▶ _Problem to solve_
Pick out the lines below with "script" and list them.

▶ _Saved data entries_

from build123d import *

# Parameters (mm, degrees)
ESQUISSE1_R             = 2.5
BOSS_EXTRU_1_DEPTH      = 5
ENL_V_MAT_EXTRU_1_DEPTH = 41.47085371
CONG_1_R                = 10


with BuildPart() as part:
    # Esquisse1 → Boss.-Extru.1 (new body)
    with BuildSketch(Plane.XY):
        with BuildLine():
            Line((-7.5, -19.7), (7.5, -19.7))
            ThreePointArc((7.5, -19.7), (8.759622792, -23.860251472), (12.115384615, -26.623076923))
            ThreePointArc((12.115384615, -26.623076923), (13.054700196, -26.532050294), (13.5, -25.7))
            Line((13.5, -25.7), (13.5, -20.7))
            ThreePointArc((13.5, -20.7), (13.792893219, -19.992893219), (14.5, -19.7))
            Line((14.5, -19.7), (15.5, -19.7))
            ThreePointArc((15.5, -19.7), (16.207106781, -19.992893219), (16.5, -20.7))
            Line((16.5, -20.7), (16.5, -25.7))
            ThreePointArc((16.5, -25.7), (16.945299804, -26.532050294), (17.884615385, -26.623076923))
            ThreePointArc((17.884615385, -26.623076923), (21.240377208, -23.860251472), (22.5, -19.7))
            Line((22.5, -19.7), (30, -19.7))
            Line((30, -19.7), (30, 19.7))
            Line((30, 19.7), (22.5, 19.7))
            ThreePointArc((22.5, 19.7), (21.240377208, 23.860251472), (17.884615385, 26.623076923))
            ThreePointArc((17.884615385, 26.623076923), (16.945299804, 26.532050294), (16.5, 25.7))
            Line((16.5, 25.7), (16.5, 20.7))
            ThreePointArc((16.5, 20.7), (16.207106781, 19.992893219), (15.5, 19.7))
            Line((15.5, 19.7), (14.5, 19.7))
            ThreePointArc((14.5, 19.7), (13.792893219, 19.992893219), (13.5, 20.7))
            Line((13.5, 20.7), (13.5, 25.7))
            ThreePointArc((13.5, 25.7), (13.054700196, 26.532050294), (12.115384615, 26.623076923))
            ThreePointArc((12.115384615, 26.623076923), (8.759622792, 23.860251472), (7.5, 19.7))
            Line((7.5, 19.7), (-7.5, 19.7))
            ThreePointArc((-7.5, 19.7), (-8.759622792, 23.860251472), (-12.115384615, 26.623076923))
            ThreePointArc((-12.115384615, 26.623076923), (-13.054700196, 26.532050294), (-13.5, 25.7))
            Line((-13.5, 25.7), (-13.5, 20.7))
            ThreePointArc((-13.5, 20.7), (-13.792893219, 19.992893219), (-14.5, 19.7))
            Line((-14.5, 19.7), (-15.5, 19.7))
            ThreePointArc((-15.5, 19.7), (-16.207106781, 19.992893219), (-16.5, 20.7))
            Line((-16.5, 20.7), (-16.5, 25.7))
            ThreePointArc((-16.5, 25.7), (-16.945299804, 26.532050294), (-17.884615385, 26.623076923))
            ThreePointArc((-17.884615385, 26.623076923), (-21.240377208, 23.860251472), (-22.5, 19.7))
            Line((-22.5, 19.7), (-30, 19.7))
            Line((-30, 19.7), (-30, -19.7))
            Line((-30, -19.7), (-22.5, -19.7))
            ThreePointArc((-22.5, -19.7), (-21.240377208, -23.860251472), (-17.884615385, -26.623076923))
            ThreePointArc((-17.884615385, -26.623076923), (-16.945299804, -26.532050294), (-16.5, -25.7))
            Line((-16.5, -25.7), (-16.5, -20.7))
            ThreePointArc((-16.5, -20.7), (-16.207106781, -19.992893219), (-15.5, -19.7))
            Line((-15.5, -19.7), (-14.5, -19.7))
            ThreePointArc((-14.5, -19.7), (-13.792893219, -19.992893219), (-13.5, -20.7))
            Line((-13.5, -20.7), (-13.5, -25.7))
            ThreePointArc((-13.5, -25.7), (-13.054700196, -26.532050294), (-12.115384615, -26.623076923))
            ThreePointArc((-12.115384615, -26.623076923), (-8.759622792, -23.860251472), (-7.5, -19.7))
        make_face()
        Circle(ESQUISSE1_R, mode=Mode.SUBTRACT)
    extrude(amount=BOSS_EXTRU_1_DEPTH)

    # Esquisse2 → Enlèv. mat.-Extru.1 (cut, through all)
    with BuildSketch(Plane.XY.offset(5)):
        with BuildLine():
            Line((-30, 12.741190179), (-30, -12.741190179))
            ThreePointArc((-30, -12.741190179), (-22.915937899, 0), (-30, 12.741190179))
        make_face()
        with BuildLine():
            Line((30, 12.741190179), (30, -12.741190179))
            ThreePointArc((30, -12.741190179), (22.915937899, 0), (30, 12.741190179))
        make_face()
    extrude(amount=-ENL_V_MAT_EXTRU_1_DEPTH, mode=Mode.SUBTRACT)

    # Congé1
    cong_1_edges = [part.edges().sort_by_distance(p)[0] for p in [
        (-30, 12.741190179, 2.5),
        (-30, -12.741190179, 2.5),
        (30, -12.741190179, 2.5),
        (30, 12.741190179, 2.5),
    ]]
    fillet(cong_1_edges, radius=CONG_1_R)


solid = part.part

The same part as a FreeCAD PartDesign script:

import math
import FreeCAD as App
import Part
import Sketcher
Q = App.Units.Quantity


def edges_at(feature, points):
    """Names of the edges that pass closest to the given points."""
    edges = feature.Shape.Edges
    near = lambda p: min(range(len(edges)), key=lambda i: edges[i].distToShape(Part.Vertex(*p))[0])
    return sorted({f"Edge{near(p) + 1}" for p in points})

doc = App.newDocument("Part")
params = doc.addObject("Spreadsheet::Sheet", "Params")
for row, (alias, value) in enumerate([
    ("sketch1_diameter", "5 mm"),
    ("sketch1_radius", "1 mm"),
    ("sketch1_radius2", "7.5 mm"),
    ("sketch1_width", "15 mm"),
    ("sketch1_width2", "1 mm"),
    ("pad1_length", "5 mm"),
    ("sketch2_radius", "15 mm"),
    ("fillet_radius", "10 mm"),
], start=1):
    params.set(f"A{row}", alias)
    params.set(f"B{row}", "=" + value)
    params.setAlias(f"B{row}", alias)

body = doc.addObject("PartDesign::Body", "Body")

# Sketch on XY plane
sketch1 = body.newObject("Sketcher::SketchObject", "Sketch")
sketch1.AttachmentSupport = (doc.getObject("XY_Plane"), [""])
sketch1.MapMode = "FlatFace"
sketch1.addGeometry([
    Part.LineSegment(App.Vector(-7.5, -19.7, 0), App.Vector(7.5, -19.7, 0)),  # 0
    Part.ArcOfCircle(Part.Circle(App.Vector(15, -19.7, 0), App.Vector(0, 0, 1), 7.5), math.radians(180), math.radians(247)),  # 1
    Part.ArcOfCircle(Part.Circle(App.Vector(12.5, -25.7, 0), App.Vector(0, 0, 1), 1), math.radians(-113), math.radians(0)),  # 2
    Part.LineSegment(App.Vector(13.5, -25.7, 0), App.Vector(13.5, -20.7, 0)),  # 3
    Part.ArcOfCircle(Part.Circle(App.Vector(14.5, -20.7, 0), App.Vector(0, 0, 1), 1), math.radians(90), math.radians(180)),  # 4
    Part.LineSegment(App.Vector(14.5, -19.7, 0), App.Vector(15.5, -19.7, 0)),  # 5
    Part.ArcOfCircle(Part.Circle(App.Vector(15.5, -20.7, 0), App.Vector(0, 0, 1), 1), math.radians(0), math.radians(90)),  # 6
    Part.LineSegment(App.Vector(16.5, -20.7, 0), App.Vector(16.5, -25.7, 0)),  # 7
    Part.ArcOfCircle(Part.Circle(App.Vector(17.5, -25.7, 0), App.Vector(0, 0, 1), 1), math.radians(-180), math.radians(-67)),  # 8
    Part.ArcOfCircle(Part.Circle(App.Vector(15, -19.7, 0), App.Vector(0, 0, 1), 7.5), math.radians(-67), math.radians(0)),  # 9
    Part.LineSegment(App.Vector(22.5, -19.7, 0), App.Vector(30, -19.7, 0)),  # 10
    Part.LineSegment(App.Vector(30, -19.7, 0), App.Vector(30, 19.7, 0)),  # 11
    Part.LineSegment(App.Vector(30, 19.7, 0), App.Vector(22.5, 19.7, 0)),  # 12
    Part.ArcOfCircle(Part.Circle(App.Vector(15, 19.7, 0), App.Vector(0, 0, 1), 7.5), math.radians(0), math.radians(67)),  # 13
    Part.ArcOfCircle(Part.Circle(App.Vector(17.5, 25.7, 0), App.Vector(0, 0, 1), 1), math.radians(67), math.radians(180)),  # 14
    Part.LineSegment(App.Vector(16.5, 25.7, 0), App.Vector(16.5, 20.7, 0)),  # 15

---

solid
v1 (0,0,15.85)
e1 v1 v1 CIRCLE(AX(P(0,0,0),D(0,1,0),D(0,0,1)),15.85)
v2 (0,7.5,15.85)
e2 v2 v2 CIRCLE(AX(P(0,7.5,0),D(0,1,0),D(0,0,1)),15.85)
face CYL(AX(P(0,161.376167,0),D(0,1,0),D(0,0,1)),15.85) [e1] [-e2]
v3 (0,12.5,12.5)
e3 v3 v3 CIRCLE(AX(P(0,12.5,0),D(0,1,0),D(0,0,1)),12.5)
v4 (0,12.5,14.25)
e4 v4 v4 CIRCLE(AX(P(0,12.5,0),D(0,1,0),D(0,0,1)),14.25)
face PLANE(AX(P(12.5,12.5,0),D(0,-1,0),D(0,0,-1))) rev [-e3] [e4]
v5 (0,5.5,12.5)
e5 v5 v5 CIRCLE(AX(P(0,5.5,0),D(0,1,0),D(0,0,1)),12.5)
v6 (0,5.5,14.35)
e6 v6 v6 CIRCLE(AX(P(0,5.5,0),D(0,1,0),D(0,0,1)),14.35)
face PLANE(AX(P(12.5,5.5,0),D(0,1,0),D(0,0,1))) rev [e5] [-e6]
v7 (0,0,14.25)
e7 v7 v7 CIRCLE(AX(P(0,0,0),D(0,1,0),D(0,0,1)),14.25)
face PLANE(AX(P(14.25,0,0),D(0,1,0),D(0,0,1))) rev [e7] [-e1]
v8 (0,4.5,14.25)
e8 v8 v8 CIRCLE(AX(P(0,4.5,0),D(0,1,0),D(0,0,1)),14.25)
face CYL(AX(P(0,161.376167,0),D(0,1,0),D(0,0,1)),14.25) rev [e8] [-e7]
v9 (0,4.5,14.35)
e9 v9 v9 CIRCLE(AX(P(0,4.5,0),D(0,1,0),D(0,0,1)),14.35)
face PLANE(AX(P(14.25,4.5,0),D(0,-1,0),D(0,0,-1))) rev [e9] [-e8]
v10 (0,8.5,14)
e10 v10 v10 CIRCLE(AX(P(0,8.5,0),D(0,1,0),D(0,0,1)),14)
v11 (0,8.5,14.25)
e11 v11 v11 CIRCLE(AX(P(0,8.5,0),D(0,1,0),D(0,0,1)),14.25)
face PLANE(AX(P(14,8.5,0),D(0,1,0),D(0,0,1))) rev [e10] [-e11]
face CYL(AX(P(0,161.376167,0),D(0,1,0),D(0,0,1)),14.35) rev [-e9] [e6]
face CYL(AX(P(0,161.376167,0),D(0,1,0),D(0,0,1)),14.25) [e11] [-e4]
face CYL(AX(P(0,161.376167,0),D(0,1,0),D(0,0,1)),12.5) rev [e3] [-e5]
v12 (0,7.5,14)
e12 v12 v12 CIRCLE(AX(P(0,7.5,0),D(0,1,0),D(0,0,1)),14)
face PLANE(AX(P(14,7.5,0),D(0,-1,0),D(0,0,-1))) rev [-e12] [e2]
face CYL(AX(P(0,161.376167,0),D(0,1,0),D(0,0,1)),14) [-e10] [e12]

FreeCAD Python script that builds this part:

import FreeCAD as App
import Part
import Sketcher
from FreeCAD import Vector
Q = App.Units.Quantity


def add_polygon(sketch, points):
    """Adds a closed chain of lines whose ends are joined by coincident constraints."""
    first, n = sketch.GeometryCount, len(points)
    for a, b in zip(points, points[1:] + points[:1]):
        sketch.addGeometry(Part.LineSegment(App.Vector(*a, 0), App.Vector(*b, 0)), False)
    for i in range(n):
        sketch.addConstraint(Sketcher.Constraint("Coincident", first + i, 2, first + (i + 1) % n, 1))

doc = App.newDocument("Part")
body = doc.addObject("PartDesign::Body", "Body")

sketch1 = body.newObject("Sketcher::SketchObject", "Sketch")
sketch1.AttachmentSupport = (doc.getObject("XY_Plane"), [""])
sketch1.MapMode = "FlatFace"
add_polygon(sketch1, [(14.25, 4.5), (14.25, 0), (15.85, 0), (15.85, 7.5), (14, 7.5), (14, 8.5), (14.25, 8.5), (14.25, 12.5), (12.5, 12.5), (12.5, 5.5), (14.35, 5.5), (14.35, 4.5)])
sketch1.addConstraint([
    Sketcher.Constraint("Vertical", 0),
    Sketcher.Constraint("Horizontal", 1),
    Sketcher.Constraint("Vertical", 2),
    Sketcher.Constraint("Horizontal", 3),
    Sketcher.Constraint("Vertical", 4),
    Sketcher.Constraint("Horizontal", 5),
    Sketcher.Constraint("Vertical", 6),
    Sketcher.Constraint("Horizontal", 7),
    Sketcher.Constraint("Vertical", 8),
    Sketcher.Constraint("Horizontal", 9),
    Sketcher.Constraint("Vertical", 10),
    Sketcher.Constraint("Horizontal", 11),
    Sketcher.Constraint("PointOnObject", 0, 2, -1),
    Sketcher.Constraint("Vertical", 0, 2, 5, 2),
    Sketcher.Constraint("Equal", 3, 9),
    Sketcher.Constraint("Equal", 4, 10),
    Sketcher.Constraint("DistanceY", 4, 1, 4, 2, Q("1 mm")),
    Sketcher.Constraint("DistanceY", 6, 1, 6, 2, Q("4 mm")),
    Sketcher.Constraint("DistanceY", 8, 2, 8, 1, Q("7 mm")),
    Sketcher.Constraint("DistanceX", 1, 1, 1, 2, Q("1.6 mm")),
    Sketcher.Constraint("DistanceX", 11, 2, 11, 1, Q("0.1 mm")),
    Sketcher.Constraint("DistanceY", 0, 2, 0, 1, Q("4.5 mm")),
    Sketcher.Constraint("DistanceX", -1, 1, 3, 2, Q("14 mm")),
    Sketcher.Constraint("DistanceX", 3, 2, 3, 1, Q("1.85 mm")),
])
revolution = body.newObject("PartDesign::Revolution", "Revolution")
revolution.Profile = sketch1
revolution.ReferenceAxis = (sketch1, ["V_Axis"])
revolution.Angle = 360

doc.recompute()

▶ _Solved exercise_
The same part as a FreeCAD PartDesign script:
FreeCAD Python script that builds this part:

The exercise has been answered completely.